# Can't update to 4.4 due to hash failure in gps.conf (Huawei Ascend P6)



## Jeff_B (Dec 26, 2014)

Hi

A few months ago I rooted my phone because it gave me many new possibilities. I used an app called *FasterGPS* to enhance my GPS on my phone. It changed my *gps.conf* and when I tried updating it gave a hash failure as it couldn't see the original gps.conf and therefore the update aborted. 

Now I'm trying to find a way to get it back right without completely erasing my entire phone. I know I just need the content of that file. I sent an E-mail to customer service of Huawei but they wouldn't give it to me. So I wonder if there's anyone here with a root on *Huawei Ascend P6* (you can find the gps.conf via *Root Browser*) and able to give me the original content (I think that'd work). Or if there's anyone that can give me another solution for this problem so I can finally update.

Many thanks already


----------



## Masterchiefxx17 (Feb 27, 2010)

Hi and Welcome to TSF!

We won't provide the file to you here.

You'll need to factory reset the phone to restore that certain file.
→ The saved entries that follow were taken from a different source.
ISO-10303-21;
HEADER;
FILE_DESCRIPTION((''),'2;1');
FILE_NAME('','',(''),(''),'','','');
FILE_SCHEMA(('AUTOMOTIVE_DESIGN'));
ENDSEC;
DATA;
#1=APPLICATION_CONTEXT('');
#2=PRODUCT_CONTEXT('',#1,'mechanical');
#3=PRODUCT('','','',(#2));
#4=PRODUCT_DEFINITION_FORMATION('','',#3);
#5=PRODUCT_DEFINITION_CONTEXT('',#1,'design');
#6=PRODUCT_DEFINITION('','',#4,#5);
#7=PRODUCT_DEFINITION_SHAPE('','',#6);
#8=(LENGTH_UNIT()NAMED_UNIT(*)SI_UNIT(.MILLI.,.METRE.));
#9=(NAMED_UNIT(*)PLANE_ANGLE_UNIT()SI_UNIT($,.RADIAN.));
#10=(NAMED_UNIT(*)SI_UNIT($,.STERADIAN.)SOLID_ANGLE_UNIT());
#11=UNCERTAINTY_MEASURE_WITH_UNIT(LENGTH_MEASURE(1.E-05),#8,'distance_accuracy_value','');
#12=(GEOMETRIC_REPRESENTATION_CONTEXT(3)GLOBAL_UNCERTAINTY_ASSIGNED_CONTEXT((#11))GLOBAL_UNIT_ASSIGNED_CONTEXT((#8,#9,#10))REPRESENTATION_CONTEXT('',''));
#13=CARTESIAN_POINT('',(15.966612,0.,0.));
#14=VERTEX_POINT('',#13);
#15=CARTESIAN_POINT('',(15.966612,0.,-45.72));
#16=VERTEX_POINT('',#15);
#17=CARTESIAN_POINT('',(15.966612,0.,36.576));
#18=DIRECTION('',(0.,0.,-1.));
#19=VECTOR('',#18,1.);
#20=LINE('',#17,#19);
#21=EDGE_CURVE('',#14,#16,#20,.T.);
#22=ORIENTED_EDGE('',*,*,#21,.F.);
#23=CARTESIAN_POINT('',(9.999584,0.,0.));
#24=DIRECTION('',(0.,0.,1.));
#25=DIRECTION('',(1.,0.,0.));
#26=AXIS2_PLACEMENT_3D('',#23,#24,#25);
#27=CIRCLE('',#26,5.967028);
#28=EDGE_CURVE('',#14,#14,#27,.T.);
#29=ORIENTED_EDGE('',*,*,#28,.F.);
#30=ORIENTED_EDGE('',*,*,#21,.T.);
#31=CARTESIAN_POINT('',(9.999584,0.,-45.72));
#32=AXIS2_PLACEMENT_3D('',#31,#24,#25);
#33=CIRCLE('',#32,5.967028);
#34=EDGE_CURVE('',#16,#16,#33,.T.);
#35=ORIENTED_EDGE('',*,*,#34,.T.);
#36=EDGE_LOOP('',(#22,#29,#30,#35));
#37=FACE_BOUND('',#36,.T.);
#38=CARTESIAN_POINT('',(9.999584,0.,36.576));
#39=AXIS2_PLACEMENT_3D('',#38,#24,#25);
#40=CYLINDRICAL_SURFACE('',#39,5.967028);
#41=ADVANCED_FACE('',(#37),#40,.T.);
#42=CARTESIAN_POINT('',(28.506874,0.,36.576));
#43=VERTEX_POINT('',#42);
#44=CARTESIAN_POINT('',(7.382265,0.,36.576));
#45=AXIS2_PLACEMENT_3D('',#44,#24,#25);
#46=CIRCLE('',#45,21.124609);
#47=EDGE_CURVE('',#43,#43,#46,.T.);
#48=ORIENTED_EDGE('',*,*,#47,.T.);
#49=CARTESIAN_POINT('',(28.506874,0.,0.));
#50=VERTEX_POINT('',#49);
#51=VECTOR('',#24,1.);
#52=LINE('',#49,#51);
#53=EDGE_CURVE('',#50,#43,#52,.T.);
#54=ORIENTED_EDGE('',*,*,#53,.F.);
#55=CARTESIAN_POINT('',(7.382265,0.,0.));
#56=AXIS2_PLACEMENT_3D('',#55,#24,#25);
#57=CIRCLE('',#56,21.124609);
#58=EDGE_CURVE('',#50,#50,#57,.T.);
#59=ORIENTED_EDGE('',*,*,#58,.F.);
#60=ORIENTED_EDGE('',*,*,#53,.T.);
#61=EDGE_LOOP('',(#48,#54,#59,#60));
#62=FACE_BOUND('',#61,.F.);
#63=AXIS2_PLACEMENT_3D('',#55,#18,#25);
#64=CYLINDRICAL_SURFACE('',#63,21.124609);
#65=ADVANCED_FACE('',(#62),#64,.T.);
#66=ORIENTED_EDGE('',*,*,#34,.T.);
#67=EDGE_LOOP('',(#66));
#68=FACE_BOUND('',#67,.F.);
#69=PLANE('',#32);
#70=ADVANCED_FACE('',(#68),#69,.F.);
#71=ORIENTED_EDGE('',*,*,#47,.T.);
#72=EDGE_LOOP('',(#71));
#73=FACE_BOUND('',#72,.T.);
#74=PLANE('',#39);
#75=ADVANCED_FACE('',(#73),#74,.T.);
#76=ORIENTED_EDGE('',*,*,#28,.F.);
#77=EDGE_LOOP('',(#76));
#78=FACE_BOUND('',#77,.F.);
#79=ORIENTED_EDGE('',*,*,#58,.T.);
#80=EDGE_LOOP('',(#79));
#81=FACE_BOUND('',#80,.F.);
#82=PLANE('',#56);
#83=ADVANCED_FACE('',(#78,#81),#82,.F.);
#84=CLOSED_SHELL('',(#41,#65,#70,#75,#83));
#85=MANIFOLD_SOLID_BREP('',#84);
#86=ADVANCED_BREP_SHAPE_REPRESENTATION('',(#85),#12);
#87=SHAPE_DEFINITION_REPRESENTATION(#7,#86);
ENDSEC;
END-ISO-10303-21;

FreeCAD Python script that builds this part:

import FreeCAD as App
import Part
import Sketcher
Q = App.Units.Quantity

doc = App.newDocument("Part")
params = doc.addObject("Spreadsheet::Sheet", "Params")
for row, (alias, value) in enumerate([
    ("pad1_length", "1.44 in"),
    ("pad2_length", "3.24 in"),
], start=1):
    params.set(f"A{row}", alias)
    params.set(f"B{row}", "=" + value)
    params.setAlias(f"B{row}", alias)

body = doc.addObject("PartDesign::Body", "Body")

# Sketch on XY plane
sketch1 = body.newObject("Sketcher::SketchObject", "Sketch")
sketch1.AttachmentSupport = (doc.getObject("XY_Plane"), [""])
sketch1.MapMode = "FlatFace"
sketch1.addGeometry(Part.Circle(App.Vector(7, 0, 0), App.Vector(0, 0, 1), 21), False)
sketch1.addConstraint(Sketcher.Constraint("PointOnObject", 0, 3, -1))
sketch1.addConstraint(Sketcher.Constraint("Diameter", 0, Q("42.249218 mm")))
sketch1.addConstraint(Sketcher.Constraint("DistanceX", -1, 1, 0, 3, Q("7.382265 mm")))
pad1 = body.newObject("PartDesign::Pad", "Pad")
pad1.Profile = sketch1
pad1.setExpression("Length", "Params.pad1_length")

# Sketch on XY plane
sketch2 = body.newObject("Sketcher::SketchObject", "Sketch001")
sketch2.AttachmentSupport = (doc.getObject("XY_Plane"), [""])
sketch2.MapMode = "FlatFace"
sketch2.AttachmentOffset = App.Placement(App.Vector(0, 0, 1.44 * 25.4), App.Rotation())
sketch2.addGeometry(Part.Circle(App.Vector(10, 0, 0), App.Vector(0, 0, 1), 6), False)
sketch2.addConstraint(Sketcher.Constraint("PointOnObject", 0, 3, -1))
sketch2.addConstraint(Sketcher.Constraint("Diameter", 0, Q("11.934056 mm")))
sketch2.addConstraint(Sketcher.Constraint("DistanceX", -1, 1, 0, 3, Q("9.999584 mm")))
pad2 = body.newObject("PartDesign::Pad", "Pad001")
pad2.Profile = sketch2
pad2.setExpression("Length", "Params.pad2_length")
pad2.Reversed = True

doc.recompute()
Not sure why you would attempt to "enhance" your GPS as it appears to me a scam to me.


----------



## Jeff_B (Dec 26, 2014)

Just tried stuff. My GPS was malfunctioning and I thought that would help. Found the app on Google Play and it seemed legit tbh. 

But fine, thanks. 

Though I don't see the point of not providing me with a bunch of code that I'd have on my phone anyway.


----------